Investigate MDX DistinctCount discrepancy - sql-server

When I run this:
WITH MEMBER MEASURES.SETDISTINCTCOUNT AS
DISTINCTCOUNT([Student Term].[Student ID].MEMBERS)
SELECT {MEASURES.SETDISTINCTCOUNT} ON 0 ,
[Student Term].[Term Code].&[1151] on 1
FROM [Enrollment]
I get a student count that agrees with the following sql (I'll refer to this correct count as "count A"):
SELECT COUNT(DISTINCT([student_id]))
FROM dbo.Fact_Enrollments
WHERE Term_Code = '1151'
but unfortunately when I run this MDX (using a different but similar dimension) I get a different count that is less than "count A":
WITH MEMBER MEASURES.SETDISTINCTCOUNT AS
DISTINCTCOUNT([Student Term].[Student ID].MEMBERS)
SELECT {MEASURES.SETDISTINCTCOUNT} ON 0 ,
[Term].[Term Type].[Academic Term].&[1151] ON 1
FROM [Enrollment]
I am not sure how to figure out what is going wrong in the second mdx query (more directly, what is going wrong in that "Term" dimesion). At first I thought maybe the Dim_Term table wasn't completely joining to the fact table (Fact_Enrollments) but this query which joins the two, does return "count A" (the correct count):
SELECT COUNT(DISTINCT([student_id]))
FROM dbo.Fact_Enrollments
INNER JOIN dbo.Dim_Term ON Acad_Term_Cd=Term_Code
WHERE Acad_Term_Cd = '1151'
I thought that maybe the best way to see what is going on is to find a list of all the distinct Student IDs that went into the first count and then do the same for the second count and take a deeper look at those in the first list but not the second but I do not know how to determine what the student IDs are that lead to the CountDistinct results that I am seeing.

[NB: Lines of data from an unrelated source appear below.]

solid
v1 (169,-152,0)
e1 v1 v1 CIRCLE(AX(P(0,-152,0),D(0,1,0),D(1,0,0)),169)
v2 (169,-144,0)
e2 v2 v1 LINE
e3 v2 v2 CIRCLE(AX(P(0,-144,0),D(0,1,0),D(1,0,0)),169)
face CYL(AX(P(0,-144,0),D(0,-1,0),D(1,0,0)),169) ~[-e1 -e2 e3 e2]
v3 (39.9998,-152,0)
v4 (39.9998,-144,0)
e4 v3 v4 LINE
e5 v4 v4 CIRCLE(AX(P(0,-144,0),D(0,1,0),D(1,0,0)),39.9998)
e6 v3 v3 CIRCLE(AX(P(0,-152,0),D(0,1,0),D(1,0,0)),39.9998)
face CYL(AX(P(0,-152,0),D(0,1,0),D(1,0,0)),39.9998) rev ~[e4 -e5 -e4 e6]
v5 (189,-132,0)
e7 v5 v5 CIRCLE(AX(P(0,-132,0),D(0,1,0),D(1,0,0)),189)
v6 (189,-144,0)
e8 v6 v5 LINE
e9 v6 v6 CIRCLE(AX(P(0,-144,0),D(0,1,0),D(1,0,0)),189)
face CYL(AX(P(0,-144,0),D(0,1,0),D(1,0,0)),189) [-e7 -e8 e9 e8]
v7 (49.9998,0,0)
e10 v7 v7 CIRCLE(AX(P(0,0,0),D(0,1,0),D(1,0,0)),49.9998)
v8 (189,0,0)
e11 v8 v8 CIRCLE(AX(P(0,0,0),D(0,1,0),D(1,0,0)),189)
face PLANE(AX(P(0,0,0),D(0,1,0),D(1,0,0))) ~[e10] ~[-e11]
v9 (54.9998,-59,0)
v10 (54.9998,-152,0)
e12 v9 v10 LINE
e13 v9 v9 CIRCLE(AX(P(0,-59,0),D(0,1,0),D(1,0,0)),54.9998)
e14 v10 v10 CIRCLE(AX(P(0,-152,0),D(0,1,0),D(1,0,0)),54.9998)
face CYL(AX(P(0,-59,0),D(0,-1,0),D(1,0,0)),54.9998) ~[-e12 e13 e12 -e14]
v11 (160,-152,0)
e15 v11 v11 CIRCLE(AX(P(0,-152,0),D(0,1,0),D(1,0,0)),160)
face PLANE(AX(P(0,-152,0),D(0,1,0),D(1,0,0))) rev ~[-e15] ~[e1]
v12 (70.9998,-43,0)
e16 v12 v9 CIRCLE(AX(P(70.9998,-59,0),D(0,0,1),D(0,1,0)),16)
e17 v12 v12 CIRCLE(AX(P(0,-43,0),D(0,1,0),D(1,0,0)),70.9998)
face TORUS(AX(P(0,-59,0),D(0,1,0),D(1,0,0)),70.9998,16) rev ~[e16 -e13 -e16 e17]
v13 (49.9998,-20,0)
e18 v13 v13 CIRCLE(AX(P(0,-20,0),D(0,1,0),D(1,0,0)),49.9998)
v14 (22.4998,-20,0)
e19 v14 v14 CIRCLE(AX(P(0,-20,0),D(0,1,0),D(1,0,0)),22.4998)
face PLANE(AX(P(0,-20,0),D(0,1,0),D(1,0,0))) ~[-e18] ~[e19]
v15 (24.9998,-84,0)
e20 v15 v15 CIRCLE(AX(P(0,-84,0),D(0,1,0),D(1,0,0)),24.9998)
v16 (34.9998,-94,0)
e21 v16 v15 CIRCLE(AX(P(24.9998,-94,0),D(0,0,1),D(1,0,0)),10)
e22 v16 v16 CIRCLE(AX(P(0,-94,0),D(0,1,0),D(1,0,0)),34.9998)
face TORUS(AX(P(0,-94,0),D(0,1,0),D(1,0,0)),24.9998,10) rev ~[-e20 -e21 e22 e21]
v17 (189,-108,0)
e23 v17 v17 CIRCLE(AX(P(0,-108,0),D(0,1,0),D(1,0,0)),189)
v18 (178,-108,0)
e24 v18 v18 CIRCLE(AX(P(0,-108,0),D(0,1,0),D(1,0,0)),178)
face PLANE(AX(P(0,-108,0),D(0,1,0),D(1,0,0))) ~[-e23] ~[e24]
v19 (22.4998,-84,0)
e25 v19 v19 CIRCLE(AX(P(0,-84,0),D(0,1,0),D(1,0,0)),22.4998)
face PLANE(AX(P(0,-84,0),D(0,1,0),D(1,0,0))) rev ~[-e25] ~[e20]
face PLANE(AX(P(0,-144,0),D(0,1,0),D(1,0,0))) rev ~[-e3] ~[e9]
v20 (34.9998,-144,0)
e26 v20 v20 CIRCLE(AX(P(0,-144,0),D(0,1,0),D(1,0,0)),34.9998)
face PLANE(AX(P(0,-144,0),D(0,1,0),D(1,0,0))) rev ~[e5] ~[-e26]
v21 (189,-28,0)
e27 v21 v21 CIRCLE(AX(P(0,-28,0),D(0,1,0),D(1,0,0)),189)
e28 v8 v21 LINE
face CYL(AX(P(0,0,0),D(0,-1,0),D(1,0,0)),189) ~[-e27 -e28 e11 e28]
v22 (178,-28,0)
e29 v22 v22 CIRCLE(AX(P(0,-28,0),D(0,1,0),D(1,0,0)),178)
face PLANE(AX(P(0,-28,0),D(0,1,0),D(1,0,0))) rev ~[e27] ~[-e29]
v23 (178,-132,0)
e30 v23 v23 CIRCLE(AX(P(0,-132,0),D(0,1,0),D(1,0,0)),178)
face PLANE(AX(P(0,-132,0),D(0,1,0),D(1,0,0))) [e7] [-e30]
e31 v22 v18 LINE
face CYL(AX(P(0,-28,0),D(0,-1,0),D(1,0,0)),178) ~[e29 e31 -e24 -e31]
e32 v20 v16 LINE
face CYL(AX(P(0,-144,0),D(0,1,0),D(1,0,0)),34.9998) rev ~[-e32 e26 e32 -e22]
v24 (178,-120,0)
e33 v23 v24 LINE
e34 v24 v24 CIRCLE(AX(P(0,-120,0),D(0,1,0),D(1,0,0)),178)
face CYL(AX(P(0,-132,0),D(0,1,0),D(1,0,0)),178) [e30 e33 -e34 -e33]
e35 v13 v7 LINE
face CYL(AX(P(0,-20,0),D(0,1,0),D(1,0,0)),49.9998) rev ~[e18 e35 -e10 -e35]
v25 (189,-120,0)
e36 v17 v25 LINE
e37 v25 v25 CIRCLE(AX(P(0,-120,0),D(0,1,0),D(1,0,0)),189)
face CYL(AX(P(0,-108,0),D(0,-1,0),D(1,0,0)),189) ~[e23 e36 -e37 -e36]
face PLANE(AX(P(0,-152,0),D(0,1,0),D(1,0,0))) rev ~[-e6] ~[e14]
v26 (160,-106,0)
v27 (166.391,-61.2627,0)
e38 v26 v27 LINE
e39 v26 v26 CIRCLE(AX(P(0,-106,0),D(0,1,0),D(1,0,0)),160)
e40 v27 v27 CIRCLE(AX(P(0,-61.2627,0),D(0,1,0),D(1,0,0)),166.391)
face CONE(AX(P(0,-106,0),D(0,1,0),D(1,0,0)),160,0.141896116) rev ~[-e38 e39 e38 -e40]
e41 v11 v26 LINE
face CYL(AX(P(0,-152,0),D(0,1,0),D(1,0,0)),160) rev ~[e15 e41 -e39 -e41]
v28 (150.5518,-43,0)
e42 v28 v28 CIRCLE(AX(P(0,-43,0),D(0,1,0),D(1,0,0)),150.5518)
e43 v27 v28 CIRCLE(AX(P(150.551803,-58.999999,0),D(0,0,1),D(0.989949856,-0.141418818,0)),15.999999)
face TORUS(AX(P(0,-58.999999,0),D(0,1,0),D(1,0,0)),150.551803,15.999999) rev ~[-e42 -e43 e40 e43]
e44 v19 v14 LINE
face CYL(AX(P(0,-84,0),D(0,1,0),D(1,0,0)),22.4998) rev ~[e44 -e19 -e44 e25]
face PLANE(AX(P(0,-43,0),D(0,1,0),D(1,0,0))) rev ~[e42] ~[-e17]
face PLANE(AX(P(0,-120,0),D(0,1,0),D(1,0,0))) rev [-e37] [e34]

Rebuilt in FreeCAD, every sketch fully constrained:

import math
import FreeCAD as App
import Part
import Sketcher

V = App.Vector
Q = App.Units.Quantity

doc = App.newDocument("Part")
body = doc.addObject("PartDesign::Body", "Body")

# Sketch on XY plane
sketch1 = body.newObject("Sketcher::SketchObject", "Sketch")
sketch1.AttachmentSupport = (doc.getObject("XY_Plane"), [""])
sketch1.MapMode = "FlatFace"
sketch1.addGeometry(Part.LineSegment(V(189, 0, 0), V(50, 0, 0)), False)
sketch1.addGeometry(Part.LineSegment(V(50, 0, 0), V(50, -20, 0)), False)
sketch1.addGeometry(Part.LineSegment(V(50, -20, 0), V(22.5, -20, 0)), False)
sketch1.addGeometry(Part.LineSegment(V(22.5, -20, 0), V(22.5, -84, 0)), False)
sketch1.addGeometry(Part.LineSegment(V(22.5, -84, 0), V(25, -84, 0)), False)
sketch1.addGeometry(Part.ArcOfCircle(Part.Circle(V(25, -94, 0), V(0, 0, 1), 10), math.radians(0), math.radians(90)), False)
sketch1.addGeometry(Part.LineSegment(V(35, -94, 0), V(35, -144, 0)), False)
sketch1.addGeometry(Part.LineSegment(V(35, -144, 0), V(40, -144, 0)), False)
sketch1.addGeometry(Part.LineSegment(V(40, -144, 0), V(40, -152, 0)), False)
sketch1.addGeometry(Part.LineSegment(V(40, -152, 0), V(55, -152, 0)), False)
sketch1.addGeometry(Part.LineSegment(V(55, -152, 0), V(55, -59, 0)), False)
sketch1.addGeometry(Part.ArcOfCircle(Part.Circle(V(71, -59, 0), V(0, 0, 1), 16), math.radians(90), math.radians(180)), False)
sketch1.addGeometry(Part.LineSegment(V(71, -43, 0), V(150.6, -43, 0)), False)
sketch1.addGeometry(Part.ArcOfCircle(Part.Circle(V(150.6, -59, 0), V(0, 0, 1), 16), math.radians(-8), math.radians(90)), False)
sketch1.addGeometry(Part.LineSegment(V(166.4, -61.3, 0), V(160, -106, 0)), False)
sketch1.addGeometry(Part.LineSegment(V(160, -106, 0), V(160, -152, 0)), False)
sketch1.addGeometry(Part.LineSegment(V(160, -152, 0), V(169, -152, 0)), False)
sketch1.addGeometry(Part.LineSegment(V(169, -152, 0), V(169, -144, 0)), False)
sketch1.addGeometry(Part.LineSegment(V(169, -144, 0), V(189, -144, 0)), False)
sketch1.addGeometry(Part.LineSegment(V(189, -144, 0), V(189, -132, 0)), False)
sketch1.addGeometry(Part.LineSegment(V(189, -132, 0), V(178, -132, 0)), False)
sketch1.addGeometry(Part.LineSegment(V(178, -132, 0), V(178, -120, 0)), False)
sketch1.addGeometry(Part.LineSegment(V(178, -120, 0), V(189, -120, 0)), False)
sketch1.addGeometry(Part.LineSegment(V(189, -120, 0), V(189, -108, 0)), False)
sketch1.addGeometry(Part.LineSegment(V(189, -108, 0), V(178, -108, 0)), False)
sketch1.addGeometry(Part.LineSegment(V(178, -108, 0), V(178, -28, 0)), False)
sketch1.addGeometry(Part.LineSegment(V(178, -28, 0), V(189, -28, 0)), False)
sketch1.addGeometry(Part.LineSegment(V(189, -28, 0), V(189, 0, 0)), False)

I have tried a couple things beyond what I am writing here (left out because this is already pretty long) but I keep coming up with "count A" as my total result.
How can I find the list of distinct members that are counted by a DistinctCount call?
(or, alternatively what is the best way to discover the cause of this discrepancy)

I am pretty sure your relationships are messed up.
There is an important thing you should know. DISTINCTCOUNT is actually Count of distinct NON-EMPTY.
DistinctCount
Instead of the second query, try the below:
WITH MEMBER MEASURES.SETDISTINCTCOUNT AS
COUNT(DISTINCT([Student Term].[Student ID].MEMBERS))
SELECT {MEASURES.SETDISTINCTCOUNT} ON 0 ,
[Term].[Term Type].[Academic Term].&[1151] ON 1
FROM [Enrollment]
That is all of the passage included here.